Бой на ринге вступил в завершающую фазу. Оторванное левое ухо Пферда уже покоилось в особом сосуде на столе арбитра.
Чемпион еще сопротивлялся и делал отчаянные попытки дорваться до носа претендента. Это был последний шанс уйти от поражения. Но Финч с победным ревом наносил удар за ударом, повергал чемпиона на пол, впивался в него зубами и ногтями и вот-вот должен был дотянуться до заветной цели – до второго уха.
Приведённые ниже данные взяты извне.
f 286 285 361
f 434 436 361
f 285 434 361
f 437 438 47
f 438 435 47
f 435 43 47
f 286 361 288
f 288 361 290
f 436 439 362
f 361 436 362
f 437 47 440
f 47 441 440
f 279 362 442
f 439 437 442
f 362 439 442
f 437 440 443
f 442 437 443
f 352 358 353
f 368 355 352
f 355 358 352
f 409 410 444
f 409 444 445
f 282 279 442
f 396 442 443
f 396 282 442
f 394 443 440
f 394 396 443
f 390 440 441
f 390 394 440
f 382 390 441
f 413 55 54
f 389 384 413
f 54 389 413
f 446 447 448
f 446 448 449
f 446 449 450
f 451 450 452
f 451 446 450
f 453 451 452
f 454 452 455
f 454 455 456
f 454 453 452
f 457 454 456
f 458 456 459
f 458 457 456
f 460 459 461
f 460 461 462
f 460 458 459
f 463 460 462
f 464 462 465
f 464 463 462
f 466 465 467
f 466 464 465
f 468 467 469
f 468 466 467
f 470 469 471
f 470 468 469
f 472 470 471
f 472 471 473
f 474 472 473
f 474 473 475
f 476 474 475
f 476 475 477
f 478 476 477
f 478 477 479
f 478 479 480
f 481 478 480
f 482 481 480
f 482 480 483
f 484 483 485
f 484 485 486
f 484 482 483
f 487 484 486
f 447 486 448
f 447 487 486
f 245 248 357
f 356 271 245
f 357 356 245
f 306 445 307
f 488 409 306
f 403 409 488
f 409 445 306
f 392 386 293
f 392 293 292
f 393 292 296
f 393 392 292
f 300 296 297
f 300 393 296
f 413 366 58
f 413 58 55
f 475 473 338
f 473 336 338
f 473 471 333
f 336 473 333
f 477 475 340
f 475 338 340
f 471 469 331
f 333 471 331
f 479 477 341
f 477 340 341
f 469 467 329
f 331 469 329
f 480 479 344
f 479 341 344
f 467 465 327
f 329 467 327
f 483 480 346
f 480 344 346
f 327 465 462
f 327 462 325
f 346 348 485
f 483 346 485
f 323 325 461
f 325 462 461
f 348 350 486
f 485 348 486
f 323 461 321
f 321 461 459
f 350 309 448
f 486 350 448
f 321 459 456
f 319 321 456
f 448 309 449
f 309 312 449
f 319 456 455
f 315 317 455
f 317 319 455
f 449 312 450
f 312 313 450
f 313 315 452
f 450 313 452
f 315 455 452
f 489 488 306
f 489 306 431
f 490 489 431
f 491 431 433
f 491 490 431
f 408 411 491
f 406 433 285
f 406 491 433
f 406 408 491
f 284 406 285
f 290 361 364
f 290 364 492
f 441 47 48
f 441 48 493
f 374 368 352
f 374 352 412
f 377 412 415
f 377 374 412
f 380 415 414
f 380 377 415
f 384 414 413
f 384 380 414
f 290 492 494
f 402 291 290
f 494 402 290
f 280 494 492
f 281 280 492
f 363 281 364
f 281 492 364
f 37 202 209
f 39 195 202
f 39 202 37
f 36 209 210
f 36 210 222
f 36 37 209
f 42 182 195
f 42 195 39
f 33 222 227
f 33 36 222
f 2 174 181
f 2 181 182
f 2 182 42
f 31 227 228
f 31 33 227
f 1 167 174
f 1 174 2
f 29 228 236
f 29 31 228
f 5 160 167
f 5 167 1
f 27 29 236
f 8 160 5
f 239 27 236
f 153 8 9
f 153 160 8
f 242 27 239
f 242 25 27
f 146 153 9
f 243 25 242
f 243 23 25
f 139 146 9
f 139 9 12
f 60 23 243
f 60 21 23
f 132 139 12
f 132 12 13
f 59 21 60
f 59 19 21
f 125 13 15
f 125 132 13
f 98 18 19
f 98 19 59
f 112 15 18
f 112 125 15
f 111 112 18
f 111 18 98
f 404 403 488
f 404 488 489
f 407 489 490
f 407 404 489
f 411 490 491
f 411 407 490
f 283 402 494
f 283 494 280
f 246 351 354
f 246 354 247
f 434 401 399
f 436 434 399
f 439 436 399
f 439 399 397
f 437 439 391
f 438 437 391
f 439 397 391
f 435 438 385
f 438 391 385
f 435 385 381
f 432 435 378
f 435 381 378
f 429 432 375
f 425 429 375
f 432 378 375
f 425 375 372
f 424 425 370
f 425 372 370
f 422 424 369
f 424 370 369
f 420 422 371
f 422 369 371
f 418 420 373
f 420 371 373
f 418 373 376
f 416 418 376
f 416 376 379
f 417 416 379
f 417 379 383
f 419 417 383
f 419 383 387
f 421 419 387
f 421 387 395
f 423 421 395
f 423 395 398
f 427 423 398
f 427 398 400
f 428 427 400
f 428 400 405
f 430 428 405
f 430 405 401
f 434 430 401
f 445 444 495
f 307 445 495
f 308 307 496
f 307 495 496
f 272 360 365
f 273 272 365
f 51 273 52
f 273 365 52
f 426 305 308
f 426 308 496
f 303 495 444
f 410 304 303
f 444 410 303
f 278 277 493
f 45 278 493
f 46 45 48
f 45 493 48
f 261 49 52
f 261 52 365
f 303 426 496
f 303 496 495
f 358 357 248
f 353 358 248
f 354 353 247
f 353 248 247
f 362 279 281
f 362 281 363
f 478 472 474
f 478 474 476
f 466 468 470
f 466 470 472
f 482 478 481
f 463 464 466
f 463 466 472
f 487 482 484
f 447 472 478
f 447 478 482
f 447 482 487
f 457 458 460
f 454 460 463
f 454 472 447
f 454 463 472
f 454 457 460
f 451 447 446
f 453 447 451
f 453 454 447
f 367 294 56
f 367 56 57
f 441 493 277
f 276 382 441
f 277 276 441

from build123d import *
– Физическая борьба и нанесение взаимных побоев – проявление вековечных инстинктов, – начала очередной экскурс в историю Минерва. – Инт совершал одну техническую революцию за другой, а Инс сохранял постоянную готовность пустить в ход руки и ноги. Кулак, как аргумент, остается неотъемлемым атрибутом цивилизации. Матч кусирвистов позволяет миллионам зрителей чувствовать себя соучастниками драки. Взгляните на букет поощряющих эмоций, которыми расцвечена голограмма. Как ярко светится удовлетворение от вида чужой крови, от лицезрения чужих страданий.
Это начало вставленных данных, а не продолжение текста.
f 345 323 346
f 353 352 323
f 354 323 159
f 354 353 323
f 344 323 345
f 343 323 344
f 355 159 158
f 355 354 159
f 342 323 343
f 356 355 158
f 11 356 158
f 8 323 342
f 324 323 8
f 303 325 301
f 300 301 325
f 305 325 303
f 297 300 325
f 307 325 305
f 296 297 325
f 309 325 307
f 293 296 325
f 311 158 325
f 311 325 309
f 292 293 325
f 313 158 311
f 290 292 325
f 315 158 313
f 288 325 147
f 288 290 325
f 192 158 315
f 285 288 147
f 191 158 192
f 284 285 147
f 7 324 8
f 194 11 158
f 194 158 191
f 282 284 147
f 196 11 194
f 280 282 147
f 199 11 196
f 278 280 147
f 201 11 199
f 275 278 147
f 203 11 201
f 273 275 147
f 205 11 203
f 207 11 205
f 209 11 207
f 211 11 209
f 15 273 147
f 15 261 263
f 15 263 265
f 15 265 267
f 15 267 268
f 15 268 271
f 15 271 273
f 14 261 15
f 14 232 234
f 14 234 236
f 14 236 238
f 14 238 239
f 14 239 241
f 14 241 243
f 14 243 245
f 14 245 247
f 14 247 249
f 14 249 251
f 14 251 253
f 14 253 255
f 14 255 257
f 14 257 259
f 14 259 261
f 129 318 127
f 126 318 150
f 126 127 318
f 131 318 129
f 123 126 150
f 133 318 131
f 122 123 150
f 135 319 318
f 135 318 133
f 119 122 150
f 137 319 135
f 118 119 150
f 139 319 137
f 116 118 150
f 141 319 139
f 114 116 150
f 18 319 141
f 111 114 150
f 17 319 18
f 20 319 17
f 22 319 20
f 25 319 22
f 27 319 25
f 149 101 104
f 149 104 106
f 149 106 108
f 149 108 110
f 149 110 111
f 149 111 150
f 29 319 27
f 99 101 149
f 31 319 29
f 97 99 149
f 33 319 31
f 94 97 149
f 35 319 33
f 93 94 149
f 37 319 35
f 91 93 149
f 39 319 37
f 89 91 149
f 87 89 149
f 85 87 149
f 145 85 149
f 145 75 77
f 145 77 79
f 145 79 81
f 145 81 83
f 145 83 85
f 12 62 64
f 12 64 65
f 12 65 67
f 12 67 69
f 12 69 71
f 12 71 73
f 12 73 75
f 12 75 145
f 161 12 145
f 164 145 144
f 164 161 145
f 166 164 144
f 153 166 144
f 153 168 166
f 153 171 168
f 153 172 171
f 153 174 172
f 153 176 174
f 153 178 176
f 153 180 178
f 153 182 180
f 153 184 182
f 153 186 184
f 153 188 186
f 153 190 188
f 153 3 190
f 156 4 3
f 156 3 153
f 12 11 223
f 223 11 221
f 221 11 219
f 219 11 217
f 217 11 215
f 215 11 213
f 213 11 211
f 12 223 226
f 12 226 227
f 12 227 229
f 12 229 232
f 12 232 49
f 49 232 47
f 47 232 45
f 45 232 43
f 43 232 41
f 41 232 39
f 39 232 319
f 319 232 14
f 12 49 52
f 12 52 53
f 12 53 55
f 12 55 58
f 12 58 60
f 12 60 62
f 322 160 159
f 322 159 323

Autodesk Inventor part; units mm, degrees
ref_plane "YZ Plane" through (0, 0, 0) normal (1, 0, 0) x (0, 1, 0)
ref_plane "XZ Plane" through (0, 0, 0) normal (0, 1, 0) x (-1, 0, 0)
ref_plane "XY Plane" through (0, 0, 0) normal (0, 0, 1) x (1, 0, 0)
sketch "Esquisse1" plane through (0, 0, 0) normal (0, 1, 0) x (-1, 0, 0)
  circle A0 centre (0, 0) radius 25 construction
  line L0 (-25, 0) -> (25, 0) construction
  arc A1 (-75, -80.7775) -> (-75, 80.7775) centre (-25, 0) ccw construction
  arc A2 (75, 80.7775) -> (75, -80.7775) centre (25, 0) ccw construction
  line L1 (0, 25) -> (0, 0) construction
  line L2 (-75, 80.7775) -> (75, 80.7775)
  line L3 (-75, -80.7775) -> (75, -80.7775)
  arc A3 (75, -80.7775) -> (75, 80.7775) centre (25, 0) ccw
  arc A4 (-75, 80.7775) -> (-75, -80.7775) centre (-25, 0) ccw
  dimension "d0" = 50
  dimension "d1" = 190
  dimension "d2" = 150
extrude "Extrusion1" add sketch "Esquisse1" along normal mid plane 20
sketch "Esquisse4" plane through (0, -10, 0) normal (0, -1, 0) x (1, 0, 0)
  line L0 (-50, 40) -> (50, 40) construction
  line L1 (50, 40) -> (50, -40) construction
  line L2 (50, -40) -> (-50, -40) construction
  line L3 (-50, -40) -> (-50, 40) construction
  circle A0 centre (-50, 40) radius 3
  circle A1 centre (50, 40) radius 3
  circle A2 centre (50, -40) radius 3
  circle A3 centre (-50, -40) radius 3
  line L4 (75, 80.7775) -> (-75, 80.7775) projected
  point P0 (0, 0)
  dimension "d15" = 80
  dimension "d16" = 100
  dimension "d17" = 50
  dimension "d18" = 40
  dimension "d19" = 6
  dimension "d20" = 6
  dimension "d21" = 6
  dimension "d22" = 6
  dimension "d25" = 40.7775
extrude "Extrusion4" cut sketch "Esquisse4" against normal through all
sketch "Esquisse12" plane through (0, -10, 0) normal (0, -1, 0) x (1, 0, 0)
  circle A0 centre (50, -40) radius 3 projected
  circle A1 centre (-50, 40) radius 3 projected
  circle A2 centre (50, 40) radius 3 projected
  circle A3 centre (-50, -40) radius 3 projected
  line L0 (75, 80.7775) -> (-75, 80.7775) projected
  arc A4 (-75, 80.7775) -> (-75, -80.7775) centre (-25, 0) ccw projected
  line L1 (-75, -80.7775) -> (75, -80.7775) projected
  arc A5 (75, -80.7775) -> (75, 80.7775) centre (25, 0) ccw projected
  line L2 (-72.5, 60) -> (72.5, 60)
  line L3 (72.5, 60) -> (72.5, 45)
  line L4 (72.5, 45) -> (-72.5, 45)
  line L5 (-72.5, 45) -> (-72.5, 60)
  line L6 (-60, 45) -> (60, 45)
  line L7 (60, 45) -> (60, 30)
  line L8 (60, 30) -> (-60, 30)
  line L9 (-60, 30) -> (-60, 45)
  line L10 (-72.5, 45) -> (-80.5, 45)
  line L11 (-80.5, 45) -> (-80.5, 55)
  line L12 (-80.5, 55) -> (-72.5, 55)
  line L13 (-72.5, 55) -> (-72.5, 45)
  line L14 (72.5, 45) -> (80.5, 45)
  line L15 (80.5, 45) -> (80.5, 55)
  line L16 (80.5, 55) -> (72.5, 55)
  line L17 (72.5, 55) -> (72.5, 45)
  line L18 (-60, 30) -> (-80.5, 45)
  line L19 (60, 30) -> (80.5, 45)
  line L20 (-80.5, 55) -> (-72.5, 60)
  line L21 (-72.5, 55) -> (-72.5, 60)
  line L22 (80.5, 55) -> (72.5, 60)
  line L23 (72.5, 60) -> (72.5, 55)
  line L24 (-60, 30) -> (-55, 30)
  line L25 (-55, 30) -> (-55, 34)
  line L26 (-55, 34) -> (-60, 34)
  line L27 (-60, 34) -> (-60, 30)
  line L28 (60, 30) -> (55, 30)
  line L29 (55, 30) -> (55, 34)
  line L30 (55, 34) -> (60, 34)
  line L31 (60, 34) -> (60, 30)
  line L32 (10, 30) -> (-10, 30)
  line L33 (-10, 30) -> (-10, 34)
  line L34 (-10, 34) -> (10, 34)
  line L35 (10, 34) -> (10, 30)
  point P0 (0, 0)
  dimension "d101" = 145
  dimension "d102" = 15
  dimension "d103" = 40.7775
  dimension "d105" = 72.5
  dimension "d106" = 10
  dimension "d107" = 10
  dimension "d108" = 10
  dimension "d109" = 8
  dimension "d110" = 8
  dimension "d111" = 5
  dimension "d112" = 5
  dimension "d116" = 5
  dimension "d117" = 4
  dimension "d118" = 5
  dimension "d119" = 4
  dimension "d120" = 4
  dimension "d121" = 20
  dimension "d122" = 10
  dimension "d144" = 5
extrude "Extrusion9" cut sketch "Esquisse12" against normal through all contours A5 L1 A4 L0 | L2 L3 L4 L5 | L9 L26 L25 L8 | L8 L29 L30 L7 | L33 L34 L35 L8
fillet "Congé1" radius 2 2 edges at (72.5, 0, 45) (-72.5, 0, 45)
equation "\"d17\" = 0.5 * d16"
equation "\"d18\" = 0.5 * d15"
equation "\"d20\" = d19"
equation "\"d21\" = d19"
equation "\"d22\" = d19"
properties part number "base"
– Ничего не изменилось со времен древнейшей истории, – заключил Милз.
– Основа та же, – подтвердила Минерва, выключая изображение. – Хочу только отметить изменившуюся роль зрелищ, как заполнителей духовного вакуума. Эта роль была очень важной и полезной, пока основой бытия оставался осмысленный труд. Когда новейшая технология лишила человека возможности увлеченно работать головой и руками, время, отведенное ему для жизни, обнажилось и стало устрашающе пустым. Подобные зрелища призваны заполнить эту пустоту. Но они лишь на короткое время избавляют людей от скуки и ее производных – от тоски, отчаяния. А потом бесцельность и бессмысленность жизни становятся еще очевидней.
– Почему ты остановила свой выбор на этом пакостном зрелище? – спросил Лайт.
– Начинать нужно всегда с простейшего, – ответила Минерва.